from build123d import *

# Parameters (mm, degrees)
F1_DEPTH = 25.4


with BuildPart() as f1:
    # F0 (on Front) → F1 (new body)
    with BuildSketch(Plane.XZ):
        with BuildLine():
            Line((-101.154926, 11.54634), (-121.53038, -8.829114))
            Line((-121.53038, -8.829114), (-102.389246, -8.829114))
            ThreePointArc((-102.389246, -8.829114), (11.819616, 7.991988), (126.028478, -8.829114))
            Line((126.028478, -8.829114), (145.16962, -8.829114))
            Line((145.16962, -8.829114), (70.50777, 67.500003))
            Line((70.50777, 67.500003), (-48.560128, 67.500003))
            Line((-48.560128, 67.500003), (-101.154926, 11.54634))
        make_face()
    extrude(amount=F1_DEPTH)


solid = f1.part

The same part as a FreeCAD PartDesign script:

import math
import FreeCAD as App
import Part
import Sketcher

V = App.Vector
Q = App.Units.Quantity

doc = App.newDocument("Part")
body = doc.addObject("PartDesign::Body", "Body")

# Sketch on XZ plane
sketch1 = body.newObject("Sketcher::SketchObject", "Sketch")
sketch1.AttachmentSupport = (doc.getObject("XZ_Plane"), [""])
sketch1.MapMode = "FlatFace"
sketch1.addGeometry([
    Part.LineSegment(V(-101, 12, 0), V(-122, -9, 0)),  # 0
    Part.LineSegment(V(-122, -9, 0), V(-102, -9, 0)),  # 1
    Part.ArcOfCircle(Part.Circle(V(12, -388, 0), V(0, 0, 1), 396), math.radians(73), math.radians(107)),  # 2
    Part.LineSegment(V(126, -9, 0), V(145, -9, 0)),  # 3
    Part.LineSegment(V(145, -9, 0), V(71, 68, 0)),  # 4
    Part.LineSegment(V(71, 68, 0), V(-49, 68, 0)),  # 5
    Part.LineSegment(V(-49, 68, 0), V(-101, 12, 0)),  # 6
], False)
sketch1.addConstraint([
    Sketcher.Constraint("Coincident", 0, 2, 1, 1),
    Sketcher.Constraint("Coincident", 1, 2, 2, 2),
    Sketcher.Constraint("Coincident", 2, 1, 3, 1),
    Sketcher.Constraint("Coincident", 3, 2, 4, 1),
    Sketcher.Constraint("Coincident", 4, 2, 5, 1),
    Sketcher.Constraint("Coincident", 5, 2, 6, 1),
    Sketcher.Constraint("Coincident", 6, 2, 0, 1),
    Sketcher.Constraint("Horizontal", 1),
    Sketcher.Constraint("Horizontal", 3),
    Sketcher.Constraint("Horizontal", 5),
    Sketcher.Constraint("Horizontal", 1, 2, 2, 1),
    Sketcher.Constraint("Angle", 0, Q("-135 deg")),
    Sketcher.Constraint("DistanceX", 0, 2, 3, 2, Q("10.5 in")),
    Sketcher.Constraint("DistanceX", 0, 2, 2, 3, Q("5.2499998 in")),
    Sketcher.Constraint("Radius", 2, Q("396.127841 mm")),
    Sketcher.Constraint("DistanceY", 6, 2, 5, 2, Q("2.2029001 in")),
    Sketcher.Constraint("DistanceX", 6, 2, 5, 2, Q("52.594798 mm")),
    Sketcher.Constraint("DistanceX", 1, 1, 1, 2, Q("19.141134 mm")),
    Sketcher.Constraint("DistanceX", 5, 2, 5, 1, Q("119.067898 mm")),
    Sketcher.Constraint("DistanceX", 0, 2, -1, 1, Q("121.53038 mm")),
    Sketcher.Constraint("DistanceX", -1, 1, 4, 2, Q("70.50777 mm")),
    Sketcher.Constraint("DistanceY", -1, 1, 6, 2, Q("11.54634 mm")),
])
pad1 = body.newObject("PartDesign::Pad", "Pad")
pad1.Profile = sketch1
pad1.Length = Q("1 in")

doc.recompute()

**Exercise directions:** In your reply, restate exactly the lines from the start of the records above through the line holding "Line((-121.53038, -8.829114), (-102.389246, -8.829114))", including both, and nothing else.

**Task result:**
from build123d import *

# Parameters (mm, degrees)
F1_DEPTH = 25.4


with BuildPart() as f1:
    # F0 (on Front) → F1 (new body)
    with BuildSketch(Plane.XZ):
        with BuildLine():
            Line((-101.154926, 11.54634), (-121.53038, -8.829114))
            Line((-121.53038, -8.829114), (-102.389246, -8.829114))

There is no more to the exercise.